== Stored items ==
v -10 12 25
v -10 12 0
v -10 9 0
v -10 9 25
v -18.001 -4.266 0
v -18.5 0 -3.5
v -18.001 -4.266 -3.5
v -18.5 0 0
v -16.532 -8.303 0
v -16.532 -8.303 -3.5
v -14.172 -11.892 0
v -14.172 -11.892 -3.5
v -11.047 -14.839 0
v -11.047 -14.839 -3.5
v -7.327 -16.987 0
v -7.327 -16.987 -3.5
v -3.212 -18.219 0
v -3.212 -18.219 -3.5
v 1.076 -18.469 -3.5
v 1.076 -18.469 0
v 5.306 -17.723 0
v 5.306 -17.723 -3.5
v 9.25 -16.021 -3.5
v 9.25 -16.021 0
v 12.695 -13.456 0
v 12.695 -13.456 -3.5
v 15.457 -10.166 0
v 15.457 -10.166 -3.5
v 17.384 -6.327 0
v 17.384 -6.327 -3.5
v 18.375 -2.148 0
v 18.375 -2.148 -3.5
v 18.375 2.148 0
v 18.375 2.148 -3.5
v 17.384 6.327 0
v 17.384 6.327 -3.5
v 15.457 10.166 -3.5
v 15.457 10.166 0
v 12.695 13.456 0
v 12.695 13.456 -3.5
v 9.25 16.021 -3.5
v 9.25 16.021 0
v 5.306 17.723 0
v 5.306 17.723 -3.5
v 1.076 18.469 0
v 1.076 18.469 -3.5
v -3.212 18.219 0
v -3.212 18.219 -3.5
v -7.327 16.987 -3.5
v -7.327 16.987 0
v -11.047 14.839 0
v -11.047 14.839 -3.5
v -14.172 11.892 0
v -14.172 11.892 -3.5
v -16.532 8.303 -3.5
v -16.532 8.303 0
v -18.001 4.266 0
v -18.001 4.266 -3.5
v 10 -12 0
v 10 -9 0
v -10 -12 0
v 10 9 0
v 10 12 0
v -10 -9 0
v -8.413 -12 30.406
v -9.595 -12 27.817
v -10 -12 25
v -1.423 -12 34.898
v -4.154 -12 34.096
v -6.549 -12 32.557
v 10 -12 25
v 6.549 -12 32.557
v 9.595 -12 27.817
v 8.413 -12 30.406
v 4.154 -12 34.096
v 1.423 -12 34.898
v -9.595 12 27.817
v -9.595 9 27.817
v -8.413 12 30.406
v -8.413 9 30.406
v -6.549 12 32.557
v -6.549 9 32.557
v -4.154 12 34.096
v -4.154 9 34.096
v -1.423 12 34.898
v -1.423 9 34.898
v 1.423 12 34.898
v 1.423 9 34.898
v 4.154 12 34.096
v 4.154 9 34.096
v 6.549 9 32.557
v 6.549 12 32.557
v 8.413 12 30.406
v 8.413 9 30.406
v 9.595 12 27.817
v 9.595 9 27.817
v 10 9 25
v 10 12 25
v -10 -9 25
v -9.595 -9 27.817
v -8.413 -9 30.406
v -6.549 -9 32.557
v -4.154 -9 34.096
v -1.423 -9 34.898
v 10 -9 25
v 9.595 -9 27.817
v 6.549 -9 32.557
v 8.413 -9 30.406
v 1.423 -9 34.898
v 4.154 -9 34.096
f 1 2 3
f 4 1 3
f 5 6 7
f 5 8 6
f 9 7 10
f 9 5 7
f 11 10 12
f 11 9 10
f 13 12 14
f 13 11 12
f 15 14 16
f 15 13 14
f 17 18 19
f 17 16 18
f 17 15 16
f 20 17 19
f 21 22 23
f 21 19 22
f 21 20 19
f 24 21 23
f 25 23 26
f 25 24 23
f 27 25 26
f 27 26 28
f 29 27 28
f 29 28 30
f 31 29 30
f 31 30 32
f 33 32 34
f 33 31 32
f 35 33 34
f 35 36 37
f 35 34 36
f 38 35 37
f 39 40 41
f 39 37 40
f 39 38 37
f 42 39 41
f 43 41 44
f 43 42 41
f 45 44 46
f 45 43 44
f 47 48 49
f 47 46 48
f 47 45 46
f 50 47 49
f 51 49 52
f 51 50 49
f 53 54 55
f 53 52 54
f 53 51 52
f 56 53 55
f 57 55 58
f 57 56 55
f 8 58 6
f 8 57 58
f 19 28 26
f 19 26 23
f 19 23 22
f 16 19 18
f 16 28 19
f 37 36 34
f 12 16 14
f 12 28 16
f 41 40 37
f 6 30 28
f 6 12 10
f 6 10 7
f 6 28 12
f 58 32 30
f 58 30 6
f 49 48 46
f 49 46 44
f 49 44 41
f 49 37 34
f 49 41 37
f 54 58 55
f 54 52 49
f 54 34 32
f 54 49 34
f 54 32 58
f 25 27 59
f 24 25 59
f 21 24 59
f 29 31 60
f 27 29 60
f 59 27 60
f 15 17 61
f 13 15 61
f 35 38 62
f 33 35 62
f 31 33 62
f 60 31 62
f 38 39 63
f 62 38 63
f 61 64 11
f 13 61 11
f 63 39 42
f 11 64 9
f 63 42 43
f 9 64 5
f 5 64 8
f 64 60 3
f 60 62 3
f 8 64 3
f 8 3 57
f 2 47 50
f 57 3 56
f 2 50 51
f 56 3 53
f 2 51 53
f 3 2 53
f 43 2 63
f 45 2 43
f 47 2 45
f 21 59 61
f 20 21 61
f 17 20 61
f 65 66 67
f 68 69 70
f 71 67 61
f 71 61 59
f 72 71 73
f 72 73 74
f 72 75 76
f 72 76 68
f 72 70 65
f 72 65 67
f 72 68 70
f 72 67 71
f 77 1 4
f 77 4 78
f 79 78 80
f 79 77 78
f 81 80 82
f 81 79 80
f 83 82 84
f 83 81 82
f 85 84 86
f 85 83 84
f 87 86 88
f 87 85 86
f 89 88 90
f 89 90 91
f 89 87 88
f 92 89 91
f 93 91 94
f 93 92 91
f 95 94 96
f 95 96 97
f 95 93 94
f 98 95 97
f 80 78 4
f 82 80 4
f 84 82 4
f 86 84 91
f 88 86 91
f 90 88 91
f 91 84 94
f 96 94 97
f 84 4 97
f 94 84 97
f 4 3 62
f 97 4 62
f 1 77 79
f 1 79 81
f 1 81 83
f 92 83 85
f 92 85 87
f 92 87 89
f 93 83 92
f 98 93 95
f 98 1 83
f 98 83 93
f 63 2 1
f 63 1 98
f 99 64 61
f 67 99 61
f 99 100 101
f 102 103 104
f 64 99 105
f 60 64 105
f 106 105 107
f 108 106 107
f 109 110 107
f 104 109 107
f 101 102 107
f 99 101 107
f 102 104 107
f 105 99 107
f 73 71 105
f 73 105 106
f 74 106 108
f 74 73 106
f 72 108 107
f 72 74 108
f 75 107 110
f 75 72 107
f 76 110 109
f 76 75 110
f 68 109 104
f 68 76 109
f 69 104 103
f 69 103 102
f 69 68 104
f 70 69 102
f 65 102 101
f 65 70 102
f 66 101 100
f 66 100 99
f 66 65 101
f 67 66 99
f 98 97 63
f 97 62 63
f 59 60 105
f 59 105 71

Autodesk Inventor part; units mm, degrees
ref_plane "YZ Plane" through (0, 0, 0) normal (1, 0, 0) x (0, 1, 0)
ref_plane "XZ Plane" through (0, 0, 0) normal (0, 1, 0) x (-1, 0, 0)
ref_plane "XY Plane" through (0, 0, 0) normal (0, 0, 1) x (1, 0, 0)
sketch "Sketch1 - walls" plane through (0, 0, 0) normal (0, 0, 1) x (1, 0, 0)
  line L0 (0, -9) -> (0, 9) construction
  line L1 (-10, -9) -> (-10, -12)
  line L2 (-10, -12) -> (10, -12)
  line L3 (-10, -9) -> (10, -9)
  line L4 (10, -9) -> (10, -12)
  line L5 (-10, 9) -> (10, 9)
  line L6 (10, 9) -> (10, 12)
  line L7 (10, 12) -> (-10, 12)
  line L8 (-10, 12) -> (-10, 9)
  point P0 (0, 0)
  dimension "d5" = 18
  dimension "d7" = 3
  dimension "d8" = 20
  dimension "d9" = 3
  dimension "d10" = 20
extrude "Extrusion1" add sketch "Sketch1 - walls" along normal blind 25
sketch "Sketch2 - base" plane through (0, 0, 0) normal (0, 0, -1) x (-1, 0, 0)
  circle A0 centre (0, 0) radius 18.5
  dimension "d13" = 37
sketch "Sketch3 - wall_top1" plane through (-10, 12, 25) normal (0, 1, 0) x (1, 0, 0)
  line L0 (10, 0) -> (10, -10) construction
  line L1 (20, 0) -> (0, 0) projected
  arc A0 (0, 0) -> (20, 0) centre (10, 0) ccw
  point P0 (10, 25)
  dimension "d16" = 10
extrude "Extrusion3" add sketch "Sketch3 - wall_top1" against normal blind 3
sketch "Sketch4 - wall_top2" plane through (-10, -12, 25) normal (0, -1, 0) x (1, 0, 0)
  line L0 (10, 0) -> (10, 10) construction
  line L1 (0, 0) -> (20, 0) projected
  arc A0 (20, 0) -> (0, 0) centre (10, 0) ccw
  dimension "d21" = 10
extrude "Extrusion4" add sketch "Sketch4 - wall_top2" against normal blind 3
extrude "Extrusion2" add sketch "Sketch2 - base" along normal blind 3.5
properties part number "swivel"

== Problem ==
Above are the entries. Copy exactly the part that opens with the line containing "v -14.172 11.892 -3.5" and closes with the line containing "v -1.423 -12 34.898", and no more.

== Task solution ==
v -14.172 11.892 -3.5
v -16.532 8.303 -3.5
v -16.532 8.303 0
v -18.001 4.266 0
v -18.001 4.266 -3.5
v 10 -12 0
v 10 -9 0
v -10 -12 0
v 10 9 0
v 10 12 0
v -10 -9 0
v -8.413 -12 30.406
v -9.595 -12 27.817
v -10 -12 25
v -1.423 -12 34.898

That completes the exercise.